Task goal:
Return every line of the listing below so that it matches the original exactly.
Segment Open
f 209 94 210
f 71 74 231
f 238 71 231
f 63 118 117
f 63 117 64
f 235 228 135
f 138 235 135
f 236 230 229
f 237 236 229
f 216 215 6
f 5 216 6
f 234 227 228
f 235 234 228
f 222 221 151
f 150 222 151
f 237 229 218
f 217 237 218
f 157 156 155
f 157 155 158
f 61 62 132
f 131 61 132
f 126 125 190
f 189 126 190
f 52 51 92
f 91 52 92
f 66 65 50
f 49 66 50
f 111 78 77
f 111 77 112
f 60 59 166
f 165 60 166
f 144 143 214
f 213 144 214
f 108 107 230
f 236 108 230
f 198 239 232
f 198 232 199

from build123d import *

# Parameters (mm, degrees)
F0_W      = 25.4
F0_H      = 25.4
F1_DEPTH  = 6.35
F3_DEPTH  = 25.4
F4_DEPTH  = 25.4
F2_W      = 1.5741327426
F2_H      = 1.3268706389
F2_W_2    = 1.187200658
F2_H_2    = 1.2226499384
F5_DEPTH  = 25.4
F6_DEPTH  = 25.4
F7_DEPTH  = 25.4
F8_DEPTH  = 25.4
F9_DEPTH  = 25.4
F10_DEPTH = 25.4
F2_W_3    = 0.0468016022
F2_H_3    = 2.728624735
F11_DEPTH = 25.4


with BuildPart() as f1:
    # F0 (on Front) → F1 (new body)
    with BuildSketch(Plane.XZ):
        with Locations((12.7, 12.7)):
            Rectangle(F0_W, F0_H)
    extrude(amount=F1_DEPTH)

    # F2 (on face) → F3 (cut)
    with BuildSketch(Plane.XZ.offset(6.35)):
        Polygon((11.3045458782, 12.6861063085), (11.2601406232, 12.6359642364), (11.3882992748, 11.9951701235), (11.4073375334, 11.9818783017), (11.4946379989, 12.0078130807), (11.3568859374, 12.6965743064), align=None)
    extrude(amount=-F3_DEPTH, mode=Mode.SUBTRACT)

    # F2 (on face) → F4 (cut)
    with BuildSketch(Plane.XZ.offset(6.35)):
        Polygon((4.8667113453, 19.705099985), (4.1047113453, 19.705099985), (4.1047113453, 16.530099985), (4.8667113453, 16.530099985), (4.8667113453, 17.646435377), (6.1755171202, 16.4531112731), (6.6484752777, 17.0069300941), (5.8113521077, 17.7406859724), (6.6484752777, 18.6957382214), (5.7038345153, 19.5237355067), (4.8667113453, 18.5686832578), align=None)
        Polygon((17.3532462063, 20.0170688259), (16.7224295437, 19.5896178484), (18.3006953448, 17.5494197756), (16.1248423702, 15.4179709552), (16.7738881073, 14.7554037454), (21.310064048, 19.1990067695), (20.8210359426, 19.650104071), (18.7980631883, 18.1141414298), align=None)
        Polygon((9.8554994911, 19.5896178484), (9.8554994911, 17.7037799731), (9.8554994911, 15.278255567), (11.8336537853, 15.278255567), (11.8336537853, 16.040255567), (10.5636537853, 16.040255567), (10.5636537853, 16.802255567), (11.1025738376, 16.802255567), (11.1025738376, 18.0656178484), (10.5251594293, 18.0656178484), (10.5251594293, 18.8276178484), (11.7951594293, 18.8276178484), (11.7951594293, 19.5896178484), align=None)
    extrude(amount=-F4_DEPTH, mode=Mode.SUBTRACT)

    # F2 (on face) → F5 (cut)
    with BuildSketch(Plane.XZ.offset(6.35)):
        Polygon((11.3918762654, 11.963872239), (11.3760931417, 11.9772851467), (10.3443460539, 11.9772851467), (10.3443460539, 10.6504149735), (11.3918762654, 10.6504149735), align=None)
Segment Closed
Task output:
f 209 94 210
f 71 74 231
f 238 71 231
f 63 118 117
f 63 117 64
f 235 228 135
f 138 235 135
f 236 230 229
f 237 236 229
f 216 215 6
f 5 216 6
f 234 227 228
f 235 234 228
f 222 221 151
f 150 222 151
f 237 229 218
f 217 237 218
f 157 156 155
f 157 155 158
f 61 62 132
f 131 61 132
f 126 125 190
f 189 126 190
f 52 51 92
f 91 52 92
f 66 65 50
f 49 66 50
f 111 78 77
f 111 77 112
f 60 59 166
f 165 60 166
f 144 143 214
f 213 144 214
f 108 107 230
f 236 108 230
f 198 239 232
f 198 232 199

from build123d import *

# Parameters (mm, degrees)
F0_W      = 25.4
F0_H      = 25.4
F1_DEPTH  = 6.35
F3_DEPTH  = 25.4
F4_DEPTH  = 25.4
F2_W      = 1.5741327426
F2_H      = 1.3268706389
F2_W_2    = 1.187200658
F2_H_2    = 1.2226499384
F5_DEPTH  = 25.4
F6_DEPTH  = 25.4
F7_DEPTH  = 25.4
F8_DEPTH  = 25.4
F9_DEPTH  = 25.4
F10_DEPTH = 25.4
F2_W_3    = 0.0468016022
F2_H_3    = 2.728624735
F11_DEPTH = 25.4


with BuildPart() as f1:
    # F0 (on Front) → F1 (new body)
    with BuildSketch(Plane.XZ):
        with Locations((12.7, 12.7)):
            Rectangle(F0_W, F0_H)
    extrude(amount=F1_DEPTH)

    # F2 (on face) → F3 (cut)
    with BuildSketch(Plane.XZ.offset(6.35)):
        Polygon((11.3045458782, 12.6861063085), (11.2601406232, 12.6359642364), (11.3882992748, 11.9951701235), (11.4073375334, 11.9818783017), (11.4946379989, 12.0078130807), (11.3568859374, 12.6965743064), align=None)
    extrude(amount=-F3_DEPTH, mode=Mode.SUBTRACT)

    # F2 (on face) → F4 (cut)
    with BuildSketch(Plane.XZ.offset(6.35)):
        Polygon((4.8667113453, 19.705099985), (4.1047113453, 19.705099985), (4.1047113453, 16.530099985), (4.8667113453, 16.530099985), (4.8667113453, 17.646435377), (6.1755171202, 16.4531112731), (6.6484752777, 17.0069300941), (5.8113521077, 17.7406859724), (6.6484752777, 18.6957382214), (5.7038345153, 19.5237355067), (4.8667113453, 18.5686832578), align=None)
        Polygon((17.3532462063, 20.0170688259), (16.7224295437, 19.5896178484), (18.3006953448, 17.5494197756), (16.1248423702, 15.4179709552), (16.7738881073, 14.7554037454), (21.310064048, 19.1990067695), (20.8210359426, 19.650104071), (18.7980631883, 18.1141414298), align=None)
        Polygon((9.8554994911, 19.5896178484), (9.8554994911, 17.7037799731), (9.8554994911, 15.278255567), (11.8336537853, 15.278255567), (11.8336537853, 16.040255567), (10.5636537853, 16.040255567), (10.5636537853, 16.802255567), (11.1025738376, 16.802255567), (11.1025738376, 18.0656178484), (10.5251594293, 18.0656178484), (10.5251594293, 18.8276178484), (11.7951594293, 18.8276178484), (11.7951594293, 19.5896178484), align=None)
    extrude(amount=-F4_DEPTH, mode=Mode.SUBTRACT)

    # F2 (on face) → F5 (cut)
    with BuildSketch(Plane.XZ.offset(6.35)):
        Polygon((11.3918762654, 11.963872239), (11.3760931417, 11.9772851467), (10.3443460539, 11.9772851467), (10.3443460539, 10.6504149735), (11.3918762654, 10.6504149735), align=None)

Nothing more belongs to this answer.